Here I am graphing the residuals histogram.

hist(residuals(lmModel))

The residuals graph indicates that the line is pretty accurate, as the distribution is very normal.

Conclusion

The year, population of the state, and the age rate that has been standardized are the most prominent in predicting deaths by drug poisoning. The linear regression model that led me to this conclusion has a p-value of almost zero and an Adjusted R-Square of 88.14. This means the model predicts a good amount of the variance, and the variables are very significant. The residuals are very normally distributed around 0, but as the predictor variables get higher, the accuracy goes down. This answers my question, though the results are pretty boring.

Works Cited

NCHS - Drug Poisoning Mortality by State: United States | Data | Centers for Disease Control and Prevention. 4 June 2018, data.cdc.gov/National-Center-for-Health-Statistics/NCHS-Drug-Poisoning-Mortality-by-State-United-Stat/xbxb-epbu/about_data.

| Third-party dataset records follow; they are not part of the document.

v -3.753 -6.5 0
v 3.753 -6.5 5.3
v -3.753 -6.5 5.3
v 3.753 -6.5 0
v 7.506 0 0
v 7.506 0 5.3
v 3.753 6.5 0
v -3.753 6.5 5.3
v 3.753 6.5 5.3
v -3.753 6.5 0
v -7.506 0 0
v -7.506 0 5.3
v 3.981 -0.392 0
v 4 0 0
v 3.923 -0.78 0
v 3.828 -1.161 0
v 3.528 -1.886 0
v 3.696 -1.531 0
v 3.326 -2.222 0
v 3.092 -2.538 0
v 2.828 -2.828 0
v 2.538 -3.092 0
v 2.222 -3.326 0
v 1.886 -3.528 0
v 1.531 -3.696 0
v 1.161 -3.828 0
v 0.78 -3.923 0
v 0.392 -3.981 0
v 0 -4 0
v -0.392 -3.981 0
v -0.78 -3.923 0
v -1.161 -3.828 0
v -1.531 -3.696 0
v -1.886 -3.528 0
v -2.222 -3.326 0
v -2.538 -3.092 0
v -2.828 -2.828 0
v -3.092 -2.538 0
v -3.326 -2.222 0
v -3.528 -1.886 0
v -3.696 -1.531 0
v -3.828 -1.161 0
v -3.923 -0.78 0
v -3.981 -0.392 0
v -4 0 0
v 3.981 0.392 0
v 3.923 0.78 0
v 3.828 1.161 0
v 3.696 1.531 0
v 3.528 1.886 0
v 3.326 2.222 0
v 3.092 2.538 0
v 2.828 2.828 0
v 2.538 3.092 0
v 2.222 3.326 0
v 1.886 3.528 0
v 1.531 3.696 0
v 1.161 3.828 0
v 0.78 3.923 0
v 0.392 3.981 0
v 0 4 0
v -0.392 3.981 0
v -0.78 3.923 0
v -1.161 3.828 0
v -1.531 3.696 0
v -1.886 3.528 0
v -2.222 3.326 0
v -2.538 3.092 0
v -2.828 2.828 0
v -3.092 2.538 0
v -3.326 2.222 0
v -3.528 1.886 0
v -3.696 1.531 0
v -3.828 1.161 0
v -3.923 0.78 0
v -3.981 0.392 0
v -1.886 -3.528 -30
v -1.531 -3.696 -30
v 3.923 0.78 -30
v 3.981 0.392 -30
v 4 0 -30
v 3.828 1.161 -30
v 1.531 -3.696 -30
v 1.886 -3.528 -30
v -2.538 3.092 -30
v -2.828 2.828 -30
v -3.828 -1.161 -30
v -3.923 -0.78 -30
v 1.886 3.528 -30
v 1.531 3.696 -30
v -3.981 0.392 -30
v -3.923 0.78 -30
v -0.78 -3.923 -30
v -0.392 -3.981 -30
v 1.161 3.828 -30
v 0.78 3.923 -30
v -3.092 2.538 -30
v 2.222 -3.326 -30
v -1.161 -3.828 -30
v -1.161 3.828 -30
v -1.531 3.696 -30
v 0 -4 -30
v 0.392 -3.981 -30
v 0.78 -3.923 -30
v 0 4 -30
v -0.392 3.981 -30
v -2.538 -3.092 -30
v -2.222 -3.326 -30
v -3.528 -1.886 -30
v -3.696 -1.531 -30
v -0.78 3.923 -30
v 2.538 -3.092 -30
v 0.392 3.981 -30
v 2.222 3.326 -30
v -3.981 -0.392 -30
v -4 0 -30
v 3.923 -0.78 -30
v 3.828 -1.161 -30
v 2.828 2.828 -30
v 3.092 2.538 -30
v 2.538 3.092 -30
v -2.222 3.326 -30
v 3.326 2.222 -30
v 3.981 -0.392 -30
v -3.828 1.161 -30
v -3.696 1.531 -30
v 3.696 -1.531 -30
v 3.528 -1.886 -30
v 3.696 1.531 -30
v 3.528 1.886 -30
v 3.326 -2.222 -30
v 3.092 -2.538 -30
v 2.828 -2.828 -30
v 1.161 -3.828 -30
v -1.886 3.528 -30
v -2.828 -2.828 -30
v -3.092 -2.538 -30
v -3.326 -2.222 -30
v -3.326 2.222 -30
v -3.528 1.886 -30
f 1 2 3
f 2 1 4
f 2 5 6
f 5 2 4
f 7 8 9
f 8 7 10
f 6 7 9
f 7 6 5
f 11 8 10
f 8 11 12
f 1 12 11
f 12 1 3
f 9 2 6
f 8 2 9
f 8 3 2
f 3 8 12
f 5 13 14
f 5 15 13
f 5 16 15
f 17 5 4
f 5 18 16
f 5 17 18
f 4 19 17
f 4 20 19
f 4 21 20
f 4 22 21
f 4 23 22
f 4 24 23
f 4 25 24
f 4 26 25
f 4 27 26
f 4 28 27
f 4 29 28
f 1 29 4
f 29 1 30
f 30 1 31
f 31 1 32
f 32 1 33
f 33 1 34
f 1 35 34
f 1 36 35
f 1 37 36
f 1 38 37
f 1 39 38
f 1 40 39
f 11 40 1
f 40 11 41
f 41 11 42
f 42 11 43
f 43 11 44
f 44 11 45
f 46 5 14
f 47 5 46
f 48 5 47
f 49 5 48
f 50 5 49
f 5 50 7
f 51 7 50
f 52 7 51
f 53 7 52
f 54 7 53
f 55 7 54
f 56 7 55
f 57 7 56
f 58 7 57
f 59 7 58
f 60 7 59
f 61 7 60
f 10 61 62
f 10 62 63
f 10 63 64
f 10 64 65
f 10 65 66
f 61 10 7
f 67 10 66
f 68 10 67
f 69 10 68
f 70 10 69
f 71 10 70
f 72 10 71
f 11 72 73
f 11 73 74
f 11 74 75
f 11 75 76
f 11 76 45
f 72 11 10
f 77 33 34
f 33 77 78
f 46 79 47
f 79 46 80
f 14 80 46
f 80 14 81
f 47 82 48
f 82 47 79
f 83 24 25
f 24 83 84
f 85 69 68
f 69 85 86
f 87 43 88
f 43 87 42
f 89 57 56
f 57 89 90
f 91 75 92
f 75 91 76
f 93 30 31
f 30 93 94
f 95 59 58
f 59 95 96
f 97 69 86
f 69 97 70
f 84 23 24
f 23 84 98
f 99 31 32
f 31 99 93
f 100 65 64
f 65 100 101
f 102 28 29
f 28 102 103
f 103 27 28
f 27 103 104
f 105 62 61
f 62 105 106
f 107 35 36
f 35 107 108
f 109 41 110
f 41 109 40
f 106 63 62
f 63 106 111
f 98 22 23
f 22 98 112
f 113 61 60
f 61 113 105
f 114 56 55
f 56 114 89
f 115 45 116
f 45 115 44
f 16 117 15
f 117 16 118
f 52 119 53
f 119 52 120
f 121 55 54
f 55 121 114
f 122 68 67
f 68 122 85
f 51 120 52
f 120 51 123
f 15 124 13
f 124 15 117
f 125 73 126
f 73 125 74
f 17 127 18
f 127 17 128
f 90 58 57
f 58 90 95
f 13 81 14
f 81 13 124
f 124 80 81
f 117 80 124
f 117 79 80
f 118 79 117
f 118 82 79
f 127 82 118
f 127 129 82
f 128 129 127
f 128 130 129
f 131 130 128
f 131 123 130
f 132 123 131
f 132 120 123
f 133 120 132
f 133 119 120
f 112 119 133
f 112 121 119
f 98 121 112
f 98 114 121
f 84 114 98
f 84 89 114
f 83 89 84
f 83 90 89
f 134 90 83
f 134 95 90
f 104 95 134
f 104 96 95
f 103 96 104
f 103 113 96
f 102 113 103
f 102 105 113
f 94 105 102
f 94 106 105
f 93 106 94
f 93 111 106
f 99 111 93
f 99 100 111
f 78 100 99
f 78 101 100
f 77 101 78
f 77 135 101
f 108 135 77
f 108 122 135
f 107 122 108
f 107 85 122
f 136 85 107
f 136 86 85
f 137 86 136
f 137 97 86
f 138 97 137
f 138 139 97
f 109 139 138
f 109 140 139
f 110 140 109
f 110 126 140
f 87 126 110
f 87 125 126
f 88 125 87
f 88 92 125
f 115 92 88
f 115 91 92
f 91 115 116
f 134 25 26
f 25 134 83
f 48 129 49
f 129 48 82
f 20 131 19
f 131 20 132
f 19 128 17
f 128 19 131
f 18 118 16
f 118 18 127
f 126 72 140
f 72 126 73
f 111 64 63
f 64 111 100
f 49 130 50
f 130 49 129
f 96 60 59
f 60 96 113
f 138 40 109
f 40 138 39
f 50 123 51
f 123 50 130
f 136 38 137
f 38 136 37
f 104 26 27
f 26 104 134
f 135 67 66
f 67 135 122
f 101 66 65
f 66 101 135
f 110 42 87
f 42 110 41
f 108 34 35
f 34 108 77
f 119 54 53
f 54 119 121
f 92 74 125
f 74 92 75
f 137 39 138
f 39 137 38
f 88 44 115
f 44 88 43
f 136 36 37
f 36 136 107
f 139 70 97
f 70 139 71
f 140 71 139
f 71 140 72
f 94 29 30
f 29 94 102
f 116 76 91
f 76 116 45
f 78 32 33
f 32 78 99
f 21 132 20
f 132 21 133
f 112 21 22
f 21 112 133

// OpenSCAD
// M8 六角ボルト（ねじ山省略、シャンクは円柱）
// 頭部底面が z=0、シャンクは z<0 側へ伸ばす

// 寸法（mm）
af = 13;             // 対辺距離 (across-flats)
head_h = 5.3;        // 頭部高さ
shank_d = 8;         // シャンク直径
shank_len = 30;      // シャンク長さ

// 六角柱用の外接円直径（円周上の頂点間の直径）
head_d = 2 * af / sqrt(3);

union() {
    // 六角頭部（底面が z=0）
    cylinder(h = head_h, d = head_d, $fn = 6, center = false);

    // シャンク（z=-shank_len .. 0）
    translate([0, 0, -shank_len])
        cylinder(h = shank_len, d = shank_d, $fn = 64, center = false);
}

Poisoning/Prescription Drug Overdose. www.tn.gov/health/health-program-areas/fhw/injury-and-violence-prevention-programs/injury-topics/poisoning-prescription-drug-overdose.html.

————————————————————————

Extra information that isn’t a part of my project and is just here to fulfill my desire for irrelevant commentary.

And a deep sigh of relaxation comes from both me and the cat (Luna) currently sitting on my lap, who has bore witness to the entirety of this project. Granted, it was through a shaky view as she was almost always resting on my arm, which does need to be moving in order to code.

My father told me to do this:

library(car)
## Warning: package 'car' was built under R version 4.4.3
## Loading required package: carData
## Warning: package 'carData' was built under R version 4.4.3
## 
## Attaching package: 'car'
## The following object is masked from 'package:dplyr':
## 
##     recode
## The following object is masked from 'package:purrr':
## 
##     some
vif(lmModel)
## age_adjusted_rate              year        population 
##          1.539218          1.539763          1.000466

He is currently an economist for the government and used to work as a data analyst. He also teaches ECON at MC. His name is Kuo-liang Chang, or Matt Chang. You can find a picture of him with a single Google search. It’s kind of creepy.

According to him, this means that there is no particularly dominating variable, so yippie?

Photographic evidence of the Narcan for educational purposes I guess? I don’t think many people know what Narcan actually looks like.